アズールはその美しい姿に見惚れて我を忘れてしまいました。
『?……其の方、どうかしたか?』
『あっ……はい……貢物を…………。』
『うむ……何を言っておるか聞こえぬ。其の方、近う寄り話すがよい。』
アズールは失礼の無いように、恐る恐る玉座の近くへと進み出ました。
『偉大るファラオであらせられるネフェルタリ4世陛下にはご機嫌麗しく。』
『楽にせよ。して、其方の望みはなんだ?』
『ありません、ネフェルタリ陛下。』
『では何用で参った?』
『貢物をお持ちしました。こちらを……』
アズールは玉座の手前で跪くと、包みの布を解き、盆をネフェルタリ陛下に差し出すように高く掲げました。

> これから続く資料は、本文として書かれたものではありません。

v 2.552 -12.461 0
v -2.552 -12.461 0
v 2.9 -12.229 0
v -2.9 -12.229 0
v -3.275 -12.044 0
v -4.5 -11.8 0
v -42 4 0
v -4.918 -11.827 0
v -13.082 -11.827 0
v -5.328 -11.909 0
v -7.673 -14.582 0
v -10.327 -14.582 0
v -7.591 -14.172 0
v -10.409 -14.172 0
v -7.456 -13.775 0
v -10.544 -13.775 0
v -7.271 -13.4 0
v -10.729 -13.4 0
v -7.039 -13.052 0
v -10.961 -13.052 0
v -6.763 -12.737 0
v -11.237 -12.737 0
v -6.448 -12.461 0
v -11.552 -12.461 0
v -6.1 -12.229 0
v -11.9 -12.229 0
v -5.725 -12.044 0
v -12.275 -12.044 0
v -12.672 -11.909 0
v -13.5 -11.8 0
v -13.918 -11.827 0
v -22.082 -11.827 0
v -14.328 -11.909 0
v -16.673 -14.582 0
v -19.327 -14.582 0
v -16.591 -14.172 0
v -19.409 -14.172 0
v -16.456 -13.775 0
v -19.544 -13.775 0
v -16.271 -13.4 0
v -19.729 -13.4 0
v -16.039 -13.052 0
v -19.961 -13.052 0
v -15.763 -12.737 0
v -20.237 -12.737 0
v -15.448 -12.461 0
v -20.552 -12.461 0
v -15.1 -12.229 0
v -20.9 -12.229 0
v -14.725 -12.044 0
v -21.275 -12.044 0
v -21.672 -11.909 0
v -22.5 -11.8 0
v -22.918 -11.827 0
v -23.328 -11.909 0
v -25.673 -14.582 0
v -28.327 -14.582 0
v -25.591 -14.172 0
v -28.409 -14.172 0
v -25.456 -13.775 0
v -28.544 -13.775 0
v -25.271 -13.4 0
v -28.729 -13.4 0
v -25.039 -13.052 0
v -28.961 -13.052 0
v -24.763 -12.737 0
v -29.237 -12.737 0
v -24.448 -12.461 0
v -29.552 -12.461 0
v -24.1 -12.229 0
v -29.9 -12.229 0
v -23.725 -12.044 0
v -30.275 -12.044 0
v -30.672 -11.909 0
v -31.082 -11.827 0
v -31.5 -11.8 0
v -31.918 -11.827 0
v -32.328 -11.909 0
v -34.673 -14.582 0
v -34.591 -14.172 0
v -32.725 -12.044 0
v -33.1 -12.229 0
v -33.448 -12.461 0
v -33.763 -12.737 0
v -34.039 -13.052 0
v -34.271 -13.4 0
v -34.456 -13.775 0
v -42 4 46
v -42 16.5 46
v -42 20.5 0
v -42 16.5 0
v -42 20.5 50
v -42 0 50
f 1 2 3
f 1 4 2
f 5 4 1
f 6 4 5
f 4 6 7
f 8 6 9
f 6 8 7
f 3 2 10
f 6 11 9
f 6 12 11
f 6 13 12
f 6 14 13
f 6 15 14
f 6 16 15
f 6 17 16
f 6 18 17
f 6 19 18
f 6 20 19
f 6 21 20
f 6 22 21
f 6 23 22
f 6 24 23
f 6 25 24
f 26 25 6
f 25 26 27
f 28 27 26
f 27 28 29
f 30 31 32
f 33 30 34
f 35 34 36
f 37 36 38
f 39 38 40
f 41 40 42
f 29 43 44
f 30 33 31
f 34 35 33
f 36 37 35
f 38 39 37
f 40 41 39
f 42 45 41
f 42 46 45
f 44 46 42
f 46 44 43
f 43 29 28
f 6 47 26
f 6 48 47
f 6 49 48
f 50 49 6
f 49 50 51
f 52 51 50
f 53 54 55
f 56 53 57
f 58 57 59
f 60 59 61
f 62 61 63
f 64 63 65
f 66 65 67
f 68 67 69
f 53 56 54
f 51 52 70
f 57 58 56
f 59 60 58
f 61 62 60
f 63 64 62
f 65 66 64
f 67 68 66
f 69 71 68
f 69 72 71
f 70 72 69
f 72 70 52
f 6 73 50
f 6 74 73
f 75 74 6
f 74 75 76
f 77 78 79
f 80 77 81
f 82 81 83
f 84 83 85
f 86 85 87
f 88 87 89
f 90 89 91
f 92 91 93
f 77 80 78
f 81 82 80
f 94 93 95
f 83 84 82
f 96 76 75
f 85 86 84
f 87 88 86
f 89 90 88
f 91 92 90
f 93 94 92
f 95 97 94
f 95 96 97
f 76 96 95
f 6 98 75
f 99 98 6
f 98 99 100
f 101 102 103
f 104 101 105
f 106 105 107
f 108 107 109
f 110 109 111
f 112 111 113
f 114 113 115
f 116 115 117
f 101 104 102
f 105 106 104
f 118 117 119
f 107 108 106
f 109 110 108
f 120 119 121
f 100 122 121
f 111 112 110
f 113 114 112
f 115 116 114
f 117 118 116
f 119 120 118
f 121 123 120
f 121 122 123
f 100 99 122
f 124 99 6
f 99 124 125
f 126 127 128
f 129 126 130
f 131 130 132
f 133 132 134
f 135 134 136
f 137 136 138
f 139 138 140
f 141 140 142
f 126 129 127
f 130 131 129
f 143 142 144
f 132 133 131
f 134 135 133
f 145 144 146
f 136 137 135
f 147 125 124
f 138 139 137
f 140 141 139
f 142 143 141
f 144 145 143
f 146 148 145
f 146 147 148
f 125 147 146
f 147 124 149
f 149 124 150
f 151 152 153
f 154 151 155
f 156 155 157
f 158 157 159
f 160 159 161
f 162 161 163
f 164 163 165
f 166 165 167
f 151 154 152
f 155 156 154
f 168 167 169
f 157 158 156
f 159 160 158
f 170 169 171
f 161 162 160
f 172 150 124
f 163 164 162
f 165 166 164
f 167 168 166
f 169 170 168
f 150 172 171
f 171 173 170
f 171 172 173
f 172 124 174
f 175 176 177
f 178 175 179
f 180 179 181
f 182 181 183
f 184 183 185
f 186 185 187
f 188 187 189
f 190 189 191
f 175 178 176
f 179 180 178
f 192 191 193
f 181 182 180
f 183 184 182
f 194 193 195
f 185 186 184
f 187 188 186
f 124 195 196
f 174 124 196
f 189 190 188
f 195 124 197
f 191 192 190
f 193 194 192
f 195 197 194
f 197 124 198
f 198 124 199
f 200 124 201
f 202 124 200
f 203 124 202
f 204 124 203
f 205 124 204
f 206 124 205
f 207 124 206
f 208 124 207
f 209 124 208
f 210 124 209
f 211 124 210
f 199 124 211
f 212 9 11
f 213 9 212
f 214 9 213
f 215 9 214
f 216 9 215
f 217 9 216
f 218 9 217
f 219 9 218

『おぉ、これは素晴らしい。……虜の実の果実か?しかし、今は春ではない。秋の収穫を終えた時期であろう。如何にして手に入れた?』
『はい。今日の朝、果物畑の手入れをしていたところ、木になっているのを見つけました。この奇跡の果実はきっと、陛下に味わって頂く為に生まれて来たと思うのです。』
『其の方の殊勝な心がけに感謝しよう。……では早速、食してみようではないか。』
ネフェルタリ陛下は黄金に輝く虜の果実を手にとり食べ始めました。その姿は美しくも官能的です。アズールは陛下を見てぼーっとしてしまいました。
じゅるっ……じゅっ……こくん。
陛下はファラオである事を忘れて艶めかしく果汁を啜りました。